▶ _What the task requires_
Could you write out the lines below exactly, beginning with the first and finishing with the one that contains "v19 (25.4,25.4,0)"?

BEGIN Exercise inputs

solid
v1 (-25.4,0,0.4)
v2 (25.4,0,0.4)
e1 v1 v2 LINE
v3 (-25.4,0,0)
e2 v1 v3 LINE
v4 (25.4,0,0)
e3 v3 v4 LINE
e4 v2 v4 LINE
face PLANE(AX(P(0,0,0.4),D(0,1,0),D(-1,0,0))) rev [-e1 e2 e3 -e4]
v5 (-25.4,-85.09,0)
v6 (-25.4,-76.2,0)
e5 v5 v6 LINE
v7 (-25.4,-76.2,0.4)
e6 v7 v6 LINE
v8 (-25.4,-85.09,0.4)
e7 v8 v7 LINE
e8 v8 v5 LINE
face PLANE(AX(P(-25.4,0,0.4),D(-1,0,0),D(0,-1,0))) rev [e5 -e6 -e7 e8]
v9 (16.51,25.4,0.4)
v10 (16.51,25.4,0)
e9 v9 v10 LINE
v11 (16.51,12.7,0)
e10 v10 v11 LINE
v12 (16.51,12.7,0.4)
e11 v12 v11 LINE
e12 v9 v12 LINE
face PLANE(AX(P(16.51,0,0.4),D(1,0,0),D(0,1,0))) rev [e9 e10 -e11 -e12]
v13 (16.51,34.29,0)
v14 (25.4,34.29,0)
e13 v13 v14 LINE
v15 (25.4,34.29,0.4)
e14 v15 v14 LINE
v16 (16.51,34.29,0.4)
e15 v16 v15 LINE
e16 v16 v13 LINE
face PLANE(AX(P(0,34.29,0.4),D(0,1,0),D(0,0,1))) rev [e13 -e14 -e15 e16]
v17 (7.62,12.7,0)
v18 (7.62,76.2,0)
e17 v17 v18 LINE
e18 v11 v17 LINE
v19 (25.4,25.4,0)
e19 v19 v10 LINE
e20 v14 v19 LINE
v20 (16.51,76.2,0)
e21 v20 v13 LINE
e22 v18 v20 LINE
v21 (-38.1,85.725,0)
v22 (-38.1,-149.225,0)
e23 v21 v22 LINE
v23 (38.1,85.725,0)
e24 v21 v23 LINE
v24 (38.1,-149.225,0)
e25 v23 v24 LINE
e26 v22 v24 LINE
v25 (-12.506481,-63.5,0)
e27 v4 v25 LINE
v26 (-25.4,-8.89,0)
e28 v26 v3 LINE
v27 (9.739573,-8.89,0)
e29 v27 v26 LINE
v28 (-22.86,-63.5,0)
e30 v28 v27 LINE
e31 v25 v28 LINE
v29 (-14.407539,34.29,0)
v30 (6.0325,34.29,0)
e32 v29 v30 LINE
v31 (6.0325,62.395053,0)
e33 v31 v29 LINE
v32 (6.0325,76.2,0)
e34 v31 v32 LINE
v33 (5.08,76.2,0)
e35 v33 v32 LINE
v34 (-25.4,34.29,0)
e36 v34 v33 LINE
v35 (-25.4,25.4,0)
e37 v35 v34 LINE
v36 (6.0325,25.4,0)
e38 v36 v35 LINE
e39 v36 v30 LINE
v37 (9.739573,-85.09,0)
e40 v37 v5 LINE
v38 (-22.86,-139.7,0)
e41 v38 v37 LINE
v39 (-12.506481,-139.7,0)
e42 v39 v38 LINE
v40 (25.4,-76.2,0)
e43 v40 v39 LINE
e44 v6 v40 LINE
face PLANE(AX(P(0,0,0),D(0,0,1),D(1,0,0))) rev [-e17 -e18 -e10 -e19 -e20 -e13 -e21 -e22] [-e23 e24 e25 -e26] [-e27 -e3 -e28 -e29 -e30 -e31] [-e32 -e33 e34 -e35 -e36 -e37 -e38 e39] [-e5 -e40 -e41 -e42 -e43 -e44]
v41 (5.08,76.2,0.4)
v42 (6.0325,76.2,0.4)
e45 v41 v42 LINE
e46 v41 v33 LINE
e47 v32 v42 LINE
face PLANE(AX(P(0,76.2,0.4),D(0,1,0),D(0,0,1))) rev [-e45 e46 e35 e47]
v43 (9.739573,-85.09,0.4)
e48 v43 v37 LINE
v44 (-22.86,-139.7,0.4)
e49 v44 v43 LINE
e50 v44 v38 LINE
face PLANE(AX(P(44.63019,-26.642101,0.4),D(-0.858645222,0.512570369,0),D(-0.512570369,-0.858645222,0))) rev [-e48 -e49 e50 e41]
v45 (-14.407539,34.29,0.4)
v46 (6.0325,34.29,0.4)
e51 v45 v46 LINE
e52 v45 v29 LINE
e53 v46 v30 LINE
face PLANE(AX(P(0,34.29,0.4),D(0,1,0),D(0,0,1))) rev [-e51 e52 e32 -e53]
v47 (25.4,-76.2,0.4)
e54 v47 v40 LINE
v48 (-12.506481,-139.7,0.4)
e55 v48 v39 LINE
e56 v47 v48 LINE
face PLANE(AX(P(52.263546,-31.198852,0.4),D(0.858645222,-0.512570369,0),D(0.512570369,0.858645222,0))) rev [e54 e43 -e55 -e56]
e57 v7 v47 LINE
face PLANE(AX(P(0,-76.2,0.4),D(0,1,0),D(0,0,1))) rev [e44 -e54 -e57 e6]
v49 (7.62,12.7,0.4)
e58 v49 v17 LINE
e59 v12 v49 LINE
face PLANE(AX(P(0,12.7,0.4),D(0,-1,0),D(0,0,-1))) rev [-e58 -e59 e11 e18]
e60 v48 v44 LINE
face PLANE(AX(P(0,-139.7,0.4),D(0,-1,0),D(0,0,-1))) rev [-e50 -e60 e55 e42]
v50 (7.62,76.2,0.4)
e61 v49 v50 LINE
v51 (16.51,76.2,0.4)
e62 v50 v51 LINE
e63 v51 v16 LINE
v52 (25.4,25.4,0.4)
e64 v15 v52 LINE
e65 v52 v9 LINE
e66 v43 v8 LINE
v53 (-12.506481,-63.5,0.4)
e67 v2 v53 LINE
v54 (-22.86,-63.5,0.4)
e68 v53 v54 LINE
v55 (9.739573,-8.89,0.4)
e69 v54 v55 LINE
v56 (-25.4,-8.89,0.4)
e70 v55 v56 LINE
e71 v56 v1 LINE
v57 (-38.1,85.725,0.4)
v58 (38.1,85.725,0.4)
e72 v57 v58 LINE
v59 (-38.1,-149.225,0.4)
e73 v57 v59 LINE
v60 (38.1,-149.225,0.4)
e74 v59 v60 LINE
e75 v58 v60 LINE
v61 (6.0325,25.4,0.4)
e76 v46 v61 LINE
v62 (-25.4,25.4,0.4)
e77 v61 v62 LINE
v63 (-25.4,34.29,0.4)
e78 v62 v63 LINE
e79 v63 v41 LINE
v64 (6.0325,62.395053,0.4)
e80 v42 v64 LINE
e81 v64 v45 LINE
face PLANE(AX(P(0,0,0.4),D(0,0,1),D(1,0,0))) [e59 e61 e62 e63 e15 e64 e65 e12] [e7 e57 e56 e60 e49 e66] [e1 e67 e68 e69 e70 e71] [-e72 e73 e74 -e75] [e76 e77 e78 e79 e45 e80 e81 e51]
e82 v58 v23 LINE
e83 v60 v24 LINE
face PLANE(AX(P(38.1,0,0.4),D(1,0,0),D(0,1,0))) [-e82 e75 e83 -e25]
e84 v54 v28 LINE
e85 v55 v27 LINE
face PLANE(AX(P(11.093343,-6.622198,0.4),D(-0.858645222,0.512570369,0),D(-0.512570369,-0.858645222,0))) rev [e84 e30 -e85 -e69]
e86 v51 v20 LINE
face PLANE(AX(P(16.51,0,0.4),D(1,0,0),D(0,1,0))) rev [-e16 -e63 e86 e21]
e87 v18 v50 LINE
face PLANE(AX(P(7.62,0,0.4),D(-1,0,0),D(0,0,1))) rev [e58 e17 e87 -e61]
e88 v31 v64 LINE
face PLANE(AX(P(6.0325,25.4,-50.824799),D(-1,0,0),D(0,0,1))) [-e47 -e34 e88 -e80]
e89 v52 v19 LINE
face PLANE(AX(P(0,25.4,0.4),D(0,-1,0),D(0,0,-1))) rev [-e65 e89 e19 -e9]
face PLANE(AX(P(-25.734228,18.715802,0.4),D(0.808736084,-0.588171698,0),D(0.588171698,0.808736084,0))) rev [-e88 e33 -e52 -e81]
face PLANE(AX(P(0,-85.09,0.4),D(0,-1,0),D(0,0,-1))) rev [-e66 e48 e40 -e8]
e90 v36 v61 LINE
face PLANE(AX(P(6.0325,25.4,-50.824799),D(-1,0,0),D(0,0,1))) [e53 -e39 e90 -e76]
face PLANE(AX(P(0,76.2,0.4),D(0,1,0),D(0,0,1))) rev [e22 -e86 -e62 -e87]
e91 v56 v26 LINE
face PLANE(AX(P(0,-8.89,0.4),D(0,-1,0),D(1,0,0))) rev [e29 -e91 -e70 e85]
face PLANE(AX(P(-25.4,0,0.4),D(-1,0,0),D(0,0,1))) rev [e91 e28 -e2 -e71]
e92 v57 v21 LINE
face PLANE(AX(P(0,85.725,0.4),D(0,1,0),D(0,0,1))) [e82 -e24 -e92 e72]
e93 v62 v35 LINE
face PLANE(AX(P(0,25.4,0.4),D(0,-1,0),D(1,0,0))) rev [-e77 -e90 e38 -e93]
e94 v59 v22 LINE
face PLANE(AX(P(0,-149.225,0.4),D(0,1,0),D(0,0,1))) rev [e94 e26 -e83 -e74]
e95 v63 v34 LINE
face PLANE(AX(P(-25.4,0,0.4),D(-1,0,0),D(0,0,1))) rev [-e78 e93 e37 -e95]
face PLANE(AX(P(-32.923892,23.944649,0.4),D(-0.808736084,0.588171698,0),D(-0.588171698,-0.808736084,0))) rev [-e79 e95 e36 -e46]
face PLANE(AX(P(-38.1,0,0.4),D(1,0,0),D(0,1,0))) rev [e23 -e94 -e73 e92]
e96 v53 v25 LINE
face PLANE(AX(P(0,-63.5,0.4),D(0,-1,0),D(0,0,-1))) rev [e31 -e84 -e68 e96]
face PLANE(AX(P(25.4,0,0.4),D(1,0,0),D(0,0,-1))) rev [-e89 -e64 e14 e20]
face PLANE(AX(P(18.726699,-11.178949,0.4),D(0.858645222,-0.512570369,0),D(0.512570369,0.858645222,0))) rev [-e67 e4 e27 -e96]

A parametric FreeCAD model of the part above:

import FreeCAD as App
import Part
import Sketcher
Q = App.Units.Quantity

doc = App.newDocument("Part")
params = doc.addObject("Spreadsheet::Sheet", "Params")
for row, (alias, value) in enumerate([
    ("pad1_length", "0.4 mm"),
    ("sketch2_width", "3 in"),
    ("sketch2_width2", "2 in"),
    ("sketch2_width3", "1.3 in"),
    ("sketch2_height", "0.5 in"),
    ("sketch2_width4", "0.45 in"),
    ("pad2_length", "0.4 mm"),
    ("sketch3_height", "2 in"),
    ("sketch3_width", "0.0625 in"),
    ("pad3_length", "0.4 mm"),
], start=1):
    params.set(f"A{row}", alias)
    params.set(f"B{row}", "=" + value)
    params.setAlias(f"B{row}", alias)

body = doc.addObject("PartDesign::Body", "Body")

# Sketch on XY plane
sketch1 = body.newObject("Sketcher::SketchObject", "Sketch")
sketch1.AttachmentSupport = (doc.getObject("XY_Plane"), [""])
sketch1.MapMode = "FlatFace"
sketch1.addGeometry([
    Part.LineSegment(App.Vector(8, 65, 0), App.Vector(-14, 34, 0)),
    Part.LineSegment(App.Vector(-14, 34, 0), App.Vector(8, 34, 0)),
    Part.LineSegment(App.Vector(8, 34, 0), App.Vector(8, 65, 0)),
], False)
sketch1.addConstraint([
    Sketcher.Constraint("Coincident", 0, 2, 1, 1),
    Sketcher.Constraint("Coincident", 1, 2, 2, 1),
    Sketcher.Constraint("Coincident", 2, 2, 0, 1),
    Sketcher.Constraint("Horizontal", 1),
    Sketcher.Constraint("Vertical", 2),
    Sketcher.Constraint("DistanceX", -1, 1, 1, 2, Q("0.3 in")),
    Sketcher.Constraint("DistanceY", -1, 1, 0, 2, Q("1.35 in")),
    Sketcher.Constraint("DistanceX", 1, 1, 1, 2, Q("22.027539 mm")),
    Sketcher.Constraint("DistanceY", 2, 1, 2, 2, Q("30.287866 mm")),
])
pad1 = body.newObject("PartDesign::Pad", "Pad")
pad1.Profile = sketch1
pad1.setExpression("Length", "Params.pad1_length")
body2 = doc.addObject("PartDesign::Body", "Body001")

# Sketch on XY plane
sketch2 = body2.newObject("Sketcher::SketchObject", "Sketch001")
sketch2.AttachmentSupport = (doc.getObject("XY_Plane001"), [""])
sketch2.MapMode = "FlatFace"
sketch2.addGeometry([
    Part.LineSegment(App.Vector(-38, 86, 0), App.Vector(-38, -149, 0)),  # 0
    Part.LineSegment(App.Vector(-38, -149, 0), App.Vector(38, -149, 0)),  # 1
    Part.LineSegment(App.Vector(38, -149, 0), App.Vector(38, 86, 0)),  # 2
    Part.LineSegment(App.Vector(38, 86, 0), App.Vector(-38, 86, 0)),  # 3
    Part.LineSegment(App.Vector(-25, -85, 0), App.Vector(-25, -76, 0)),  # 4
    Part.LineSegment(App.Vector(-25, -76, 0), App.Vector(25, -76, 0)),  # 5
    Part.LineSegment(App.Vector(25, -76, 0), App.Vector(-13, -140, 0)),  # 6
    Part.LineSegment(App.Vector(-13, -140, 0), App.Vector(-23, -140, 0)),  # 7
    Part.LineSegment(App.Vector(-23, -140, 0), App.Vector(10, -85, 0)),  # 8
    Part.LineSegment(App.Vector(10, -85, 0), App.Vector(-25, -85, 0)),  # 9
    Part.LineSegment(App.Vector(-25, -9, 0), App.Vector(-25, 0, 0)),  # 10
    Part.LineSegment(App.Vector(-25, 0, 0), App.Vector(25, 0, 0)),  # 11
    Part.LineSegment(App.Vector(25, 0, 0), App.Vector(-13, -64, 0)),  # 12
    Part.LineSegment(App.Vector(-13, -64, 0), App.Vector(-23, -64, 0)),  # 13
    Part.LineSegment(App.Vector(-23, -64, 0), App.Vector(10, -9, 0)),  # 14
    Part.LineSegment(App.Vector(10, -9, 0), App.Vector(-25, -9, 0)),  # 15
    Part.LineSegment(App.Vector(5, 76, 0), App.Vector(17, 76, 0)),  # 16
    Part.LineSegment(App.Vector(17, 76, 0), App.Vector(17, 34, 0)),  # 17
    Part.LineSegment(App.Vector(17, 34, 0), App.Vector(25, 34, 0)),  # 18
    Part.LineSegment(App.Vector(25, 34, 0), App.Vector(25, 25, 0)),  # 19
    Part.LineSegment(App.Vector(25, 25, 0), App.Vector(17, 25, 0)),  # 20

END Exercise inputs

▶ _Result of this exercise_
solid
v1 (-25.4,0,0.4)
v2 (25.4,0,0.4)
e1 v1 v2 LINE
v3 (-25.4,0,0)
e2 v1 v3 LINE
v4 (25.4,0,0)
e3 v3 v4 LINE
e4 v2 v4 LINE
face PLANE(AX(P(0,0,0.4),D(0,1,0),D(-1,0,0))) rev [-e1 e2 e3 -e4]
v5 (-25.4,-85.09,0)
v6 (-25.4,-76.2,0)
e5 v5 v6 LINE
v7 (-25.4,-76.2,0.4)
e6 v7 v6 LINE
v8 (-25.4,-85.09,0.4)
e7 v8 v7 LINE
e8 v8 v5 LINE
face PLANE(AX(P(-25.4,0,0.4),D(-1,0,0),D(0,-1,0))) rev [e5 -e6 -e7 e8]
v9 (16.51,25.4,0.4)
v10 (16.51,25.4,0)
e9 v9 v10 LINE
v11 (16.51,12.7,0)
e10 v10 v11 LINE
v12 (16.51,12.7,0.4)
e11 v12 v11 LINE
e12 v9 v12 LINE
face PLANE(AX(P(16.51,0,0.4),D(1,0,0),D(0,1,0))) rev [e9 e10 -e11 -e12]
v13 (16.51,34.29,0)
v14 (25.4,34.29,0)
e13 v13 v14 LINE
v15 (25.4,34.29,0.4)
e14 v15 v14 LINE
v16 (16.51,34.29,0.4)
e15 v16 v15 LINE
e16 v16 v13 LINE
face PLANE(AX(P(0,34.29,0.4),D(0,1,0),D(0,0,1))) rev [e13 -e14 -e15 e16]
v17 (7.62,12.7,0)
v18 (7.62,76.2,0)
e17 v17 v18 LINE
e18 v11 v17 LINE
v19 (25.4,25.4,0)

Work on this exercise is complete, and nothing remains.